(Collected data)

++++++++

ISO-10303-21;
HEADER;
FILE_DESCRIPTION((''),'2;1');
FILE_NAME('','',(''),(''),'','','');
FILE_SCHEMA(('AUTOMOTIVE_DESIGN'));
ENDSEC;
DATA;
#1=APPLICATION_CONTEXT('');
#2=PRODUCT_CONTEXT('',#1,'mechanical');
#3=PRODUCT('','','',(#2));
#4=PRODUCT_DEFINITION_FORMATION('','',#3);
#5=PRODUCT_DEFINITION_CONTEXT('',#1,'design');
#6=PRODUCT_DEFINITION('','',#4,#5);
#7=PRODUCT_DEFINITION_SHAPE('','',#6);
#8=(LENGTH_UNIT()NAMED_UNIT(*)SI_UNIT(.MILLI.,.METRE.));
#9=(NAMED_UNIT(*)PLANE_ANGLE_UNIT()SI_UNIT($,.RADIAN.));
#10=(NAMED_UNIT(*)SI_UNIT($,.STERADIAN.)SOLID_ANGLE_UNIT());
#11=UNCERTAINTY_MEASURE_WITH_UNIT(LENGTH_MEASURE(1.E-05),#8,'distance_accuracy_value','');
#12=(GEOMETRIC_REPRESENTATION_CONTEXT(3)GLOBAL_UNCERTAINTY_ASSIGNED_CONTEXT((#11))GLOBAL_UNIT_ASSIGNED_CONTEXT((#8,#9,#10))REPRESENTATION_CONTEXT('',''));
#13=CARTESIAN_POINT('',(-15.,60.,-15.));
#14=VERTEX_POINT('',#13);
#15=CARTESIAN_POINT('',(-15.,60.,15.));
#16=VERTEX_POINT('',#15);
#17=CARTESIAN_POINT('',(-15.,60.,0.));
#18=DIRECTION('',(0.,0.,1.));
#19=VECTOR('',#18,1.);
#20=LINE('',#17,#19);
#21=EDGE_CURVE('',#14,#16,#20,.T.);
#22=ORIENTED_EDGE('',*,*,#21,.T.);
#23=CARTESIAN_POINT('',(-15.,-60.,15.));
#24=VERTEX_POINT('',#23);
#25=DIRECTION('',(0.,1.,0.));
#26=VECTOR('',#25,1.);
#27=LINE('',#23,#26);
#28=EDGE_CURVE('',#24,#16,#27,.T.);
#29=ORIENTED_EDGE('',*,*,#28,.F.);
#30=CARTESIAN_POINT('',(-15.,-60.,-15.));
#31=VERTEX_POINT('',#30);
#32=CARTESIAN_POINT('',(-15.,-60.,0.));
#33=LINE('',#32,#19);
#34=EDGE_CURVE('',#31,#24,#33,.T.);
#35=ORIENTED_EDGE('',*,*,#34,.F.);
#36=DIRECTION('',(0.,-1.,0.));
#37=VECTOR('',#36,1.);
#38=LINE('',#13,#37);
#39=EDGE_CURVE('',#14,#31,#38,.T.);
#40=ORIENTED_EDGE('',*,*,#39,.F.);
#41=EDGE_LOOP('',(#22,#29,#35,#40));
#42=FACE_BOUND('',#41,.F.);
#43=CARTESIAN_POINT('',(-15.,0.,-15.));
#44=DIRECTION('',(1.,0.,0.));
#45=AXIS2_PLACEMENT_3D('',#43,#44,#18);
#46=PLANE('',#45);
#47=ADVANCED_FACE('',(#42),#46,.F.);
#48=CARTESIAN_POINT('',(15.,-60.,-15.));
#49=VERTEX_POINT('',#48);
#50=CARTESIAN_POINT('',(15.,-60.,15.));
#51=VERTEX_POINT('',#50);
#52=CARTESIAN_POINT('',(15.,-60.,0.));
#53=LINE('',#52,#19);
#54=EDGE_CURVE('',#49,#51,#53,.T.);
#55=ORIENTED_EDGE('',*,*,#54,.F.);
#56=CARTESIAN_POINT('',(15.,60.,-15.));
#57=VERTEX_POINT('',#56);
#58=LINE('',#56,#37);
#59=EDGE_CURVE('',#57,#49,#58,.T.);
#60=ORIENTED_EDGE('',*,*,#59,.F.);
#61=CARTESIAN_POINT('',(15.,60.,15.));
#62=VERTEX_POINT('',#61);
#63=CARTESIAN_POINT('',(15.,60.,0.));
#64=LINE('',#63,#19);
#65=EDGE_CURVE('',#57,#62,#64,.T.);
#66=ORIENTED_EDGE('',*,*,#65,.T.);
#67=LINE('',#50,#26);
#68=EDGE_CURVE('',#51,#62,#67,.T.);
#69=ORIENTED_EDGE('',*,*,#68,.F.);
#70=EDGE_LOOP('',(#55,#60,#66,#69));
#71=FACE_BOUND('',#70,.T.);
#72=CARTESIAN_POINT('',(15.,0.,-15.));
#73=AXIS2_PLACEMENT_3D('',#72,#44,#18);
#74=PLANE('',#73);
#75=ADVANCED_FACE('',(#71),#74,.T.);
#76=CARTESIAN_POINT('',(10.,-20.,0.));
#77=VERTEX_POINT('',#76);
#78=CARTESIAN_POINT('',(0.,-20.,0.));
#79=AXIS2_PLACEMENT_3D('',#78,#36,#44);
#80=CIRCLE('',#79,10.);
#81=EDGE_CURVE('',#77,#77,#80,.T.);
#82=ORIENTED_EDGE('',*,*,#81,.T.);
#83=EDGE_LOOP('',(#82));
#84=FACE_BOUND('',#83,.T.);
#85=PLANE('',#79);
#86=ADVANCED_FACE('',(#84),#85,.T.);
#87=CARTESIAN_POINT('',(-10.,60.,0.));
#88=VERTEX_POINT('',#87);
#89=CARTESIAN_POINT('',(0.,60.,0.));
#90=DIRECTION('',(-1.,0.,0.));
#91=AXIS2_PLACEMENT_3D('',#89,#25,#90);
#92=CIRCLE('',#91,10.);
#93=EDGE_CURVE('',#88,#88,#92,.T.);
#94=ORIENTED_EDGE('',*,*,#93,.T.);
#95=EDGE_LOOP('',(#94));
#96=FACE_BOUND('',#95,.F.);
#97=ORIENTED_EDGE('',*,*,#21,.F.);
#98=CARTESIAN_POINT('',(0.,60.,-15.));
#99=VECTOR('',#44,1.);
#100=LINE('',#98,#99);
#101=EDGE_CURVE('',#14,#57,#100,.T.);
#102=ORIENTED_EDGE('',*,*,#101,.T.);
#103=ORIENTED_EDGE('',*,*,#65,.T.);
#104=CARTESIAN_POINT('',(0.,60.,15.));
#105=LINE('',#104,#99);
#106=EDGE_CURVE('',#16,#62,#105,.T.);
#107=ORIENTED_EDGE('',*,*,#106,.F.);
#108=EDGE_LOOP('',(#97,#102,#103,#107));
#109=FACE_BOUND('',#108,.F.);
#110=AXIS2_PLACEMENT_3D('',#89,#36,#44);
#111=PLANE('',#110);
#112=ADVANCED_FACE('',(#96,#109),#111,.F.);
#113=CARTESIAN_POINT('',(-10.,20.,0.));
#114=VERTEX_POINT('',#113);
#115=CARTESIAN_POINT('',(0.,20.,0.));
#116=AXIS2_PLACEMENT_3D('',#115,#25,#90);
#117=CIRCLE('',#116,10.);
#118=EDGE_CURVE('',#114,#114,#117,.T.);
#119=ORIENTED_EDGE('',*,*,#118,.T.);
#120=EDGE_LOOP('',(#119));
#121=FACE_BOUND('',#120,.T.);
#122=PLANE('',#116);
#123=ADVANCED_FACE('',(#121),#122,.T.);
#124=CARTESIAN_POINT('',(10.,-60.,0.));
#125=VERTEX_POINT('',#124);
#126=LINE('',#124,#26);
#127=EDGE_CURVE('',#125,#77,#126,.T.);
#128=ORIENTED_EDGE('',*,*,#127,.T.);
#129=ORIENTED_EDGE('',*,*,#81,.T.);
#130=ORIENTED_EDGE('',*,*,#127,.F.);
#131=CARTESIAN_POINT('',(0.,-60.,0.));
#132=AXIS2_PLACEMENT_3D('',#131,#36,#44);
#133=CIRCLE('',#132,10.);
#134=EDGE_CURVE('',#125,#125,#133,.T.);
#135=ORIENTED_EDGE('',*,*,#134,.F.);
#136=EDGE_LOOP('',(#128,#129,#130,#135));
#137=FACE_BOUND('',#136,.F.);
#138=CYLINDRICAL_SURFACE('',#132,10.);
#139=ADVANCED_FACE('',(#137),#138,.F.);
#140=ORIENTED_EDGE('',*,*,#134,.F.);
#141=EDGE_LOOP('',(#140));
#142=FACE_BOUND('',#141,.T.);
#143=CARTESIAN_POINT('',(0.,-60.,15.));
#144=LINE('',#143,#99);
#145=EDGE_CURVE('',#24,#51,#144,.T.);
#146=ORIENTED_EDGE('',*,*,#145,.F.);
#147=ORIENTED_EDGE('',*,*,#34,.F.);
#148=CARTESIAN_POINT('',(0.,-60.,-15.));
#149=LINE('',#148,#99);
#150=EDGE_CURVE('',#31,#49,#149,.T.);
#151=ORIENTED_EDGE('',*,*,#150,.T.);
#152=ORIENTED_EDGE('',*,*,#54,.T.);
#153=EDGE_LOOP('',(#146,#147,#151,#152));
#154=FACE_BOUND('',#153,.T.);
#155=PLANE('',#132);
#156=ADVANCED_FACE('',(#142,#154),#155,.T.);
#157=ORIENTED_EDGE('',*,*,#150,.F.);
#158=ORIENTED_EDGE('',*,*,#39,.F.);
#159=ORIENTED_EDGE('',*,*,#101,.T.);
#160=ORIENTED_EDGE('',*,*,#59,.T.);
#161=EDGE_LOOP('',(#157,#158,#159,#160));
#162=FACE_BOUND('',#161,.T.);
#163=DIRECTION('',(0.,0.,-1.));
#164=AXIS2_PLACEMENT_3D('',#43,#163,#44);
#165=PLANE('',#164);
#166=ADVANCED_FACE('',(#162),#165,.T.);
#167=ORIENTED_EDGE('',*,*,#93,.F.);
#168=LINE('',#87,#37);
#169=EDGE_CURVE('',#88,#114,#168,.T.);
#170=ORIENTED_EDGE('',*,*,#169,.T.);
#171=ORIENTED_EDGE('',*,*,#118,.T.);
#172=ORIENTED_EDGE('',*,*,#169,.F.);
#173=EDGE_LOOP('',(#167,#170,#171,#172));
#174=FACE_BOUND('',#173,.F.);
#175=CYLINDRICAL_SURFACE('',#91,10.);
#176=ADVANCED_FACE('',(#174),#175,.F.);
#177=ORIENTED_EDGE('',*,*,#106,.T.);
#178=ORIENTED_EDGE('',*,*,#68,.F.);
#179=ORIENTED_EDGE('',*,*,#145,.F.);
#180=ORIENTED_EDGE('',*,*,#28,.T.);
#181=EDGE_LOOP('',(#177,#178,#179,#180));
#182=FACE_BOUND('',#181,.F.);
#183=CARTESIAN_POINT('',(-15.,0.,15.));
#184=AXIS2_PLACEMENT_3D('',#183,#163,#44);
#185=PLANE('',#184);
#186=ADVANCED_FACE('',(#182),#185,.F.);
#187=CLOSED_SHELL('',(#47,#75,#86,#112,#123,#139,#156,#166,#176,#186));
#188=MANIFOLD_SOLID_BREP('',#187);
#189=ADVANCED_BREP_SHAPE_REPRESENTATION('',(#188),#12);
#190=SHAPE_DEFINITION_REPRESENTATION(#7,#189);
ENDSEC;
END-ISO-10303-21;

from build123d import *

# Parameters (mm, degrees)
F0_W     = 30
F0_H     = 30
F1_DEPTH = 60
F2_R     = 10
F3_DEPTH = 40
F4_R     = 10
F5_DEPTH = 40


with BuildPart() as f1:
    # F0 (on Front) → F1 (new body, symmetric)
    with BuildSketch(Plane.XZ):
        Rectangle(F0_W, F0_H)
    extrude(amount=F1_DEPTH, both=True)

    # F2 (on face) → F3 (cut)
    with BuildSketch(Plane(origin=(0, 60, 0), x_dir=(-1, 0, 0), z_dir=(0, 1, 0))):
        Circle(F2_R)
    extrude(amount=-F3_DEPTH, mode=Mode.SUBTRACT)

    # F4 (on face) → F5 (cut)
    with BuildSketch(Plane.XZ.offset(60)):
        Circle(F4_R)
    extrude(amount=-F5_DEPTH, mode=Mode.SUBTRACT)


solid = f1.part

++++++++

- **About this task**:
Using the entries above, give again exactly the lines from the line holding "#121=FACE_BOUND('',#120,.T.);" through the line holding "#169=EDGE_CURVE('',#88,#114,#168,.T.);". Include both end lines and nothing else.

- **Written reply**:
#121=FACE_BOUND('',#120,.T.);
#122=PLANE('',#116);
#123=ADVANCED_FACE('',(#121),#122,.T.);
#124=CARTESIAN_POINT('',(10.,-60.,0.));
#125=VERTEX_POINT('',#124);
#126=LINE('',#124,#26);
#127=EDGE_CURVE('',#125,#77,#126,.T.);
#128=ORIENTED_EDGE('',*,*,#127,.T.);
#129=ORIENTED_EDGE('',*,*,#81,.T.);
#130=ORIENTED_EDGE('',*,*,#127,.F.);
#131=CARTESIAN_POINT('',(0.,-60.,0.));
#132=AXIS2_PLACEMENT_3D('',#131,#36,#44);
#133=CIRCLE('',#132,10.);
#134=EDGE_CURVE('',#125,#125,#133,.T.);
#135=ORIENTED_EDGE('',*,*,#134,.F.);
#136=EDGE_LOOP('',(#128,#129,#130,#135));
#137=FACE_BOUND('',#136,.F.);
#138=CYLINDRICAL_SURFACE('',#132,10.);
#139=ADVANCED_FACE('',(#137),#138,.F.);
#140=ORIENTED_EDGE('',*,*,#134,.F.);
#141=EDGE_LOOP('',(#140));
#142=FACE_BOUND('',#141,.T.);
#143=CARTESIAN_POINT('',(0.,-60.,15.));
#144=LINE('',#143,#99);
#145=EDGE_CURVE('',#24,#51,#144,.T.);
#146=ORIENTED_EDGE('',*,*,#145,.F.);
#147=ORIENTED_EDGE('',*,*,#34,.F.);
#148=CARTESIAN_POINT('',(0.,-60.,-15.));
#149=LINE('',#148,#99);
#150=EDGE_CURVE('',#31,#49,#149,.T.);
#151=ORIENTED_EDGE('',*,*,#150,.T.);
#152=ORIENTED_EDGE('',*,*,#54,.T.);
#153=EDGE_LOOP('',(#146,#147,#151,#152));
#154=FACE_BOUND('',#153,.T.);
#155=PLANE('',#132);
#156=ADVANCED_FACE('',(#142,#154),#155,.T.);
#157=ORIENTED_EDGE('',*,*,#150,.F.);
#158=ORIENTED_EDGE('',*,*,#39,.F.);
#159=ORIENTED_EDGE('',*,*,#101,.T.);
#160=ORIENTED_EDGE('',*,*,#59,.T.);
#161=EDGE_LOOP('',(#157,#158,#159,#160));
#162=FACE_BOUND('',#161,.T.);
#163=DIRECTION('',(0.,0.,-1.));
#164=AXIS2_PLACEMENT_3D('',#43,#163,#44);
#165=PLANE('',#164);
#166=ADVANCED_FACE('',(#162),#165,.T.);
#167=ORIENTED_EDGE('',*,*,#93,.F.);
#168=LINE('',#87,#37);
#169=EDGE_CURVE('',#88,#114,#168,.T.);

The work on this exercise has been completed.